[Saved data entries]
►
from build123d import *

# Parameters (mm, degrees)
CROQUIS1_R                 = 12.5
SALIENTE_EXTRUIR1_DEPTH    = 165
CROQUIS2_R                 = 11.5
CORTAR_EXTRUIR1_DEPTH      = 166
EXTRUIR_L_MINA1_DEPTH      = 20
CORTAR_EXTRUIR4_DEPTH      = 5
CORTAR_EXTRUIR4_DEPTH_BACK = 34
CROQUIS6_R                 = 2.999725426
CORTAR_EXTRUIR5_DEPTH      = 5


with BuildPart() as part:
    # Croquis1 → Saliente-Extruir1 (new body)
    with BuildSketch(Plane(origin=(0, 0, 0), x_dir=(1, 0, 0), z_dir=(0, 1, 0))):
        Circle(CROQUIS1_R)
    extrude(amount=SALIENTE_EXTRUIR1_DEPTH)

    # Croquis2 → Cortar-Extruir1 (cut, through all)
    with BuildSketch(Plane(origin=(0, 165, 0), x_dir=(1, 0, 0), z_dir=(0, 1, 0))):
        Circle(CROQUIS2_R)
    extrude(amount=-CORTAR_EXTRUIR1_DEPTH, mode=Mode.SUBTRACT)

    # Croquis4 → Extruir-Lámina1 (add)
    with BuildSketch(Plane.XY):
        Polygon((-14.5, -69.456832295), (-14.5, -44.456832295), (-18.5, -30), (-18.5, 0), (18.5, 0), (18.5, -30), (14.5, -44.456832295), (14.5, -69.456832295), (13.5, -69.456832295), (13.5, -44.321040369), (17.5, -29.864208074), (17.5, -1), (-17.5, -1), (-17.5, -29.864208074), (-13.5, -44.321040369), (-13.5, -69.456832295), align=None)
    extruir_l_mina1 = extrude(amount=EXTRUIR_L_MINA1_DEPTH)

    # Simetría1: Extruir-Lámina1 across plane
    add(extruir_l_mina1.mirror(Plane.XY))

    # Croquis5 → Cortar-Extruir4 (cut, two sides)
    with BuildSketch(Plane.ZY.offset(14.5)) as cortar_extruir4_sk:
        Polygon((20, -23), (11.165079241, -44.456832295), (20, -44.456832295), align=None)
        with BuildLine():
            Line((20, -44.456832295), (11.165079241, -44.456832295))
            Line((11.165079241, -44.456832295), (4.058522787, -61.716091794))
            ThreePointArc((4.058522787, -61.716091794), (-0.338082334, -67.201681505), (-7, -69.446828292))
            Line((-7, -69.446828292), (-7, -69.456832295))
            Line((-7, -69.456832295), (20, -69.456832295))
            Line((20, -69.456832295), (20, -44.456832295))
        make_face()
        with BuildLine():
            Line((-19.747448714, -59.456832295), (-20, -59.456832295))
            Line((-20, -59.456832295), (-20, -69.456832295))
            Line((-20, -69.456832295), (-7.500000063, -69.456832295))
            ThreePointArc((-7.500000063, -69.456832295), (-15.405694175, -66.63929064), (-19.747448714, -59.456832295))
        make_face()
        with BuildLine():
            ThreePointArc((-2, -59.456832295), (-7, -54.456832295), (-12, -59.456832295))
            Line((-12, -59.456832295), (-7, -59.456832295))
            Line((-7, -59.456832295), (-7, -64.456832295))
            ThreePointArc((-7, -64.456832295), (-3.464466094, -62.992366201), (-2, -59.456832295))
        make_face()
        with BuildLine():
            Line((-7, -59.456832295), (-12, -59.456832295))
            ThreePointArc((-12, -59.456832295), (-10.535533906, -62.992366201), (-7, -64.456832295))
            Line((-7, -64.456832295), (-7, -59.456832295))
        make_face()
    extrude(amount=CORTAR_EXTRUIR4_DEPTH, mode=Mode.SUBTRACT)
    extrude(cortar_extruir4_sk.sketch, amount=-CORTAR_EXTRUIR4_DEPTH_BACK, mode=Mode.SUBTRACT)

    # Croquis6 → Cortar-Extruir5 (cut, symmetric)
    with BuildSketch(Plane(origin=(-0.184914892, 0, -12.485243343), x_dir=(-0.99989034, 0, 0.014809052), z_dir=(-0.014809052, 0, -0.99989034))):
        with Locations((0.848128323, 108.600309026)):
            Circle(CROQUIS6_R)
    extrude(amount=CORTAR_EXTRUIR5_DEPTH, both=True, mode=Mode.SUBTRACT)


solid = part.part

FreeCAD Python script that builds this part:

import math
import FreeCAD as App
import Part
import Sketcher


def add_polygon(sketch, points):
    """Adds a closed chain of lines whose ends are joined by coincident constraints."""
    first, n = sketch.GeometryCount, len(points)
    for a, b in zip(points, points[1:] + points[:1]):
        sketch.addGeometry(Part.LineSegment(App.Vector(*a, 0), App.Vector(*b, 0)), False)
    for i in range(n):
        sketch.addConstraint(Sketcher.Constraint("Coincident", first + i, 2, first + (i + 1) % n, 1))

doc = App.newDocument("Part")
params = doc.addObject("Spreadsheet::Sheet", "Params")
for row, (alias, value) in enumerate([
    ("sketch1_diameter", "25 mm"),
    ("pad1_length", "165 mm"),
    ("sketch2_diameter", "23 mm"),
    ("sketch3_width", "1 mm"),
    ("sketch3_width2", "35 mm"),
    ("sketch3_height", "25 mm"),
    ("sketch3_height2", "30 mm"),
    ("sketch3_length", "15 mm"),
    ("pad2_length", "20 mm"),
    ("sketch4_radius", "5 mm"),
    ("sketch4_radius2", "12.5 mm"),
    ("sketch4_width", "10 mm"),
    ("sketch4_height", "27 mm"),
    ("sketch4_height2", "12.5 mm"),
    ("pocket3_length", "10 mm"),
], start=1):
    params.set(f"A{row}", alias)
    params.set(f"B{row}", "=" + value)
    params.setAlias(f"B{row}", alias)

body = doc.addObject("PartDesign::Body", "Body")

# Sketch on XZ plane
sketch1 = body.newObject("Sketcher::SketchObject", "Sketch")
sketch1.AttachmentSupport = (doc.getObject("XZ_Plane"), [""])
sketch1.MapMode = "FlatFace"
sketch1.addGeometry(Part.Circle(App.Vector(0, 0, 0), App.Vector(0, 0, 1), 12.5), False)
sketch1.addConstraint([
    Sketcher.Constraint("Coincident", 0, 3, -1, 1),
    Sketcher.Constraint("Diameter", 0, 25.0),
])
sketch1.setExpression("Constraints[1]", "Params.sketch1_diameter")
pad1 = body.newObject("PartDesign::Pad", "Pad")
pad1.Profile = sketch1
pad1.setExpression("Length", "Params.pad1_length")
pad1.Reversed = True

# Sketch on XZ plane
sketch2 = body.newObject("Sketcher::SketchObject", "Sketch001")
sketch2.AttachmentSupport = (doc.getObject("XZ_Plane"), [""])
sketch2.MapMode = "FlatFace"
sketch2.AttachmentOffset = App.Placement(App.Vector(0, 0, -165), App.Rotation())
sketch2.addGeometry(Part.Circle(App.Vector(0, 0, 0), App.Vector(0, 0, 1), 11.5), False)
sketch2.addConstraint([
    Sketcher.Constraint("Coincident", 0, 3, -1, 1),
    Sketcher.Constraint("Diameter", 0, 23.0),
])
sketch2.setExpression("Constraints[1]", "Params.sketch2_diameter")
pocket1 = body.newObject("PartDesign::Pocket", "Pocket")
pocket1.Profile = sketch2
pocket1.Type = "ThroughAll"
pocket1.Reversed = True

# Sketch on XY plane
sketch3 = body.newObject("Sketcher::SketchObject", "Sketch002")
sketch3.AttachmentSupport = (doc.getObject("XY_Plane"), [""])
sketch3.MapMode = "FlatFace"
add_polygon(sketch3, [(-14.5, -44.456832), (-14.5, -69.456832), (-13.5, -69.456832), (-13.5, -44.32104), (-17.5, -29.864208), (-17.5, -1), (17.5, -1), (17.5, -29.864208), (13.5, -44.32104), (13.5, -69.456832), (14.5, -69.456832), (14.5, -44.456832), (18.5, -30), (18.5, 0), (-18.5, 0), (-18.5, -30)])  # lines 0-15
sketch3.addConstraint([
    Sketcher.Constraint("Vertical", 0),
    Sketcher.Constraint("Horizontal", 1),
    Sketcher.Constraint("Vertical", 2),
    Sketcher.Constraint("Vertical", 4),
    Sketcher.Constraint("Horizontal", 5),
    Sketcher.Constraint("Vertical", 6),
    Sketcher.Constraint("Vertical", 8),
    Sketcher.Constraint("Horizontal", 9),
    Sketcher.Constraint("Vertical", 10),
    Sketcher.Constraint("Vertical", 12),
    Sketcher.Constraint("Horizontal", 13),
    Sketcher.Constraint("Vertical", 14),
    Sketcher.Constraint("Symmetric", 12, 2, 13, 2, -1, 1),
    Sketcher.Constraint("Symmetric", 3, 2, 6, 2, -2),
    Sketcher.Constraint("Symmetric", 2, 2, 7, 2, -2),
    Sketcher.Constraint("Symmetric", 0, 2, 9, 2, -2),
    Sketcher.Constraint("Parallel", 7, 11),
    Sketcher.Constraint("Parallel", 3, 15),
    Sketcher.Constraint("Horizontal", 11, 2, 14, 2),
    Sketcher.Constraint("Equal", 7, 11),
    Sketcher.Constraint("DistanceX", 1, 1, 1, 2, 1.0),
    Sketcher.Constraint("DistanceX", 5, 1, 5, 2, 35.0),
    Sketcher.Constraint("DistanceY", 0, 2, 0, 1, 25.0),
    Sketcher.Constraint("DistanceY", 12, 1, 12, 2, 30.0),
    Sketcher.Constraint("Distance", 3, 15.0),
    Sketcher.Constraint("DistanceY", 4, 2, -1, 1, 1.0),
    Sketcher.Constraint("DistanceX", 3, 2, 2, 2, 4.0),
    Sketcher.Constraint("DistanceY", 2, 1, 2, 2, 25.135792),
])
sketch3.setExpression("Constraints[36]", "Params.sketch3_width")
sketch3.setExpression("Constraints[37]", "Params.sketch3_width2")
sketch3.setExpression("Constraints[38]", "Params.sketch3_height")
sketch3.setExpression("Constraints[39]", "Params.sketch3_height2")
sketch3.setExpression("Constraints[40]", "Params.sketch3_length")
pad2 = body.newObject("PartDesign::Pad", "Pad001")
pad2.Profile = sketch3
pad2.setExpression("Length", "Params.pad2_length")
doc.recompute()

mirrored = body.newObject("PartDesign::Mirrored", "Mirrored")
mirrored.Originals = [pad2]
mirrored.MirrorPlane = (doc.getObject("XY_Plane"), [""])
body.Tip = mirrored

# Sketch on YZ plane
sketch4 = body.newObject("Sketcher::SketchObject", "Sketch003")
sketch4.AttachmentSupport = (doc.getObject("YZ_Plane"), [""])
sketch4.MapMode = "FlatFace"
sketch4.AttachmentOffset = App.Placement(App.Vector(0, 0, -14.5), App.Rotation())
sketch4.addGeometry([
    Part.LineSegment(App.Vector(-23, 20, 0), App.Vector(-44.456832, 11.165079, 0)),  # 0
    Part.LineSegment(App.Vector(-44.456832, 11.165079, 0), App.Vector(-61.716092, 4.058523, 0)),  # 1
    Part.ArcOfCircle(Part.Circle(App.Vector(-56.956832, -7.5, 0), App.Vector(0, 0, 1), 12.5), math.radians(112.379575), math.radians(177.707557)),  # 2
    Part.LineSegment(App.Vector(-69.446828, -7, 0), App.Vector(-69.456832, -7, 0)),  # 3
    Part.LineSegment(App.Vector(-69.456832, -7, 0), App.Vector(-69.456832, 20, 0)),  # 4
    Part.LineSegment(App.Vector(-69.456832, 20, 0), App.Vector(-23, 20, 0)),  # 5
    Part.LineSegment(App.Vector(-59.456832, -19.747449, 0), App.Vector(-59.456832, -20, 0)),  # 6
    Part.LineSegment(App.Vector(-59.456832, -20, 0), App.Vector(-69.456832, -20, 0)),  # 7
    Part.LineSegment(App.Vector(-69.456832, -20, 0), App.Vector(-69.456832, -7.5, 0)),  # 8
    Part.ArcOfCircle(Part.Circle(App.Vector(-56.956832, -7.5, 0), App.Vector(0, 0, 1), 12.5), math.radians(-180), math.radians(-101.536959)),  # 9
    Part.ArcOfCircle(Part.Circle(App.Vector(-59.456832, -7, 0), App.Vector(0, 0, 1), 5), math.radians(-90), math.radians(90)),  # 10
    Part.ArcOfCircle(Part.Circle(App.Vector(-59.456832, -7, 0), App.Vector(0, 0, 1), 5), math.radians(180), math.radians(270)),  # 11
    Part.ArcOfCircle(Part.Circle(App.Vector(-59.456832, -7, 0), App.Vector(0, 0, 1), 5), math.radians(90), math.radians(180)),  # 12
], False)
sketch4.addConstraint([
    Sketcher.Constraint("Coincident", 0, 2, 1, 1),
    Sketcher.Constraint("Tangent", 1, 2, 2, 1),
    Sketcher.Constraint("Coincident", 2, 2, 3, 1),
    Sketcher.Constraint("Coincident", 3, 2, 4, 1),
    Sketcher.Constraint("Coincident", 4, 2, 5, 1),
    Sketcher.Constraint("Coincident", 5, 2, 0, 1),
    Sketcher.Constraint("Coincident", 6, 2, 7, 1),
    Sketcher.Constraint("Coincident", 7, 2, 8, 1),
    Sketcher.Constraint("Tangent", 8, 2, 9, 1),
    Sketcher.Constraint("Coincident", 9, 2, 6, 1),
    Sketcher.Constraint("Tangent", 10, 1, 11, 2),
    Sketcher.Constraint("Tangent", 11, 1, 12, 2),
    Sketcher.Constraint("Tangent", 12, 1, 10, 2),
    Sketcher.Constraint("Horizontal", 3),
    Sketcher.Constraint("Vertical", 4),
    Sketcher.Constraint("Horizontal", 5),
    Sketcher.Constraint("Vertical", 6),
    Sketcher.Constraint("Horizontal", 7),
    Sketcher.Constraint("Vertical", 8),
    Sketcher.Constraint("Coincident", 9, 3, 2, 3),
    Sketcher.Constraint("Equal", 2, 9),
    Sketcher.Constraint("Symmetric", 4, 2, 7, 2, -1),
    Sketcher.Constraint("Parallel", 0, 1),
    Sketcher.Constraint("Horizontal", 12, 3, 2, 2),
    Sketcher.Constraint("Horizontal", 3, 2, 11, 1),
    Sketcher.Constraint("Vertical", 12, 3, 6, 2),
    Sketcher.Constraint("Vertical", 9, 2, 10, 1),
    Sketcher.Constraint("Vertical", 10, 1, 12, 1),
    Sketcher.Constraint("Radius", 10, 5.0),
    Sketcher.Constraint("Radius", 2, 12.5),
    Sketcher.Constraint("DistanceX", 7, 2, 7, 1, 10.0),
    Sketcher.Constraint("DistanceY", 4, 1, 4, 2, 27.0),
    Sketcher.Constraint("DistanceY", 8, 1, 8, 2, 12.5),
    Sketcher.Constraint("DistanceY", 10, 3, -1, 1, 7.0),
    Sketcher.Constraint("DistanceX", 5, 2, -1, 1, 23.0),
    Sketcher.Constraint("DistanceX", 10, 3, 0, 2, 15.0),
    Sketcher.Constraint("Distance", 1, 18.665079),
])
sketch4.setExpression("Constraints[28]", "Params.sketch4_radius")
sketch4.setExpression("Constraints[29]", "Params.sketch4_radius2")
sketch4.setExpression("Constraints[30]", "Params.sketch4_width")
sketch4.setExpression("Constraints[31]", "Params.sketch4_height")
sketch4.setExpression("Constraints[32]", "Params.sketch4_height2")
pocket2 = body.newObject("PartDesign::Pocket", "Pocket001")
pocket2.Profile = sketch4
pocket2.Type = "ThroughAll"
pocket2.Midplane = True

# Sketch on an angled plane
sketch5 = body.newObject("Sketcher::SketchObject", "Sketch004")
sketch5.Placement = App.Placement(App.Vector(-0.184915, 0, -12.485243), App.Rotation(App.Vector(-0.99989034, 0, 0.014809052), App.Vector(0, 1, 0), App.Vector(-0.014809052, 0, -0.99989034), "ZXY"))
sketch5.addGeometry(Part.Circle(App.Vector(0.848128, 108.600309, 0), App.Vector(0, 0, 1), 2.999725), False)
sketch5.addConstraint([
    Sketcher.Constraint("Diameter", 0, 5.999451),
    Sketcher.Constraint("DistanceX", -1, 1, 0, 3, 0.848128),
    Sketcher.Constraint("DistanceY", -1, 1, 0, 3, 108.600309),
])
pocket3 = body.newObject("PartDesign::Pocket", "Pocket002")
pocket3.Profile = sketch5
pocket3.setExpression("Length", "Params.pocket3_length")
pocket3.Midplane = True

doc.recompute()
◄
How to complete this task —
Your task for the entries above: copy exactly the span starting with the line with "Line((-7, -69.456832295), (20, -69.456832295))" and going on through the line with "FreeCAD Python script", both lines included, and nothing else.

Response —
            Line((-7, -69.456832295), (20, -69.456832295))
            Line((20, -69.456832295), (20, -44.456832295))
        make_face()
        with BuildLine():
            Line((-19.747448714, -59.456832295), (-20, -59.456832295))
            Line((-20, -59.456832295), (-20, -69.456832295))
            Line((-20, -69.456832295), (-7.500000063, -69.456832295))
            ThreePointArc((-7.500000063, -69.456832295), (-15.405694175, -66.63929064), (-19.747448714, -59.456832295))
        make_face()
        with BuildLine():
            ThreePointArc((-2, -59.456832295), (-7, -54.456832295), (-12, -59.456832295))
            Line((-12, -59.456832295), (-7, -59.456832295))
            Line((-7, -59.456832295), (-7, -64.456832295))
            ThreePointArc((-7, -64.456832295), (-3.464466094, -62.992366201), (-2, -59.456832295))
        make_face()
        with BuildLine():
            Line((-7, -59.456832295), (-12, -59.456832295))
            ThreePointArc((-12, -59.456832295), (-10.535533906, -62.992366201), (-7, -64.456832295))
            Line((-7, -64.456832295), (-7, -59.456832295))
        make_face()
    extrude(amount=CORTAR_EXTRUIR4_DEPTH, mode=Mode.SUBTRACT)
    extrude(cortar_extruir4_sk.sketch, amount=-CORTAR_EXTRUIR4_DEPTH_BACK, mode=Mode.SUBTRACT)

    # Croquis6 → Cortar-Extruir5 (cut, symmetric)
    with BuildSketch(Plane(origin=(-0.184914892, 0, -12.485243343), x_dir=(-0.99989034, 0, 0.014809052), z_dir=(-0.014809052, 0, -0.99989034))):
        with Locations((0.848128323, 108.600309026)):
            Circle(CROQUIS6_R)
    extrude(amount=CORTAR_EXTRUIR5_DEPTH, both=True, mode=Mode.SUBTRACT)


solid = part.part

FreeCAD Python script that builds this part:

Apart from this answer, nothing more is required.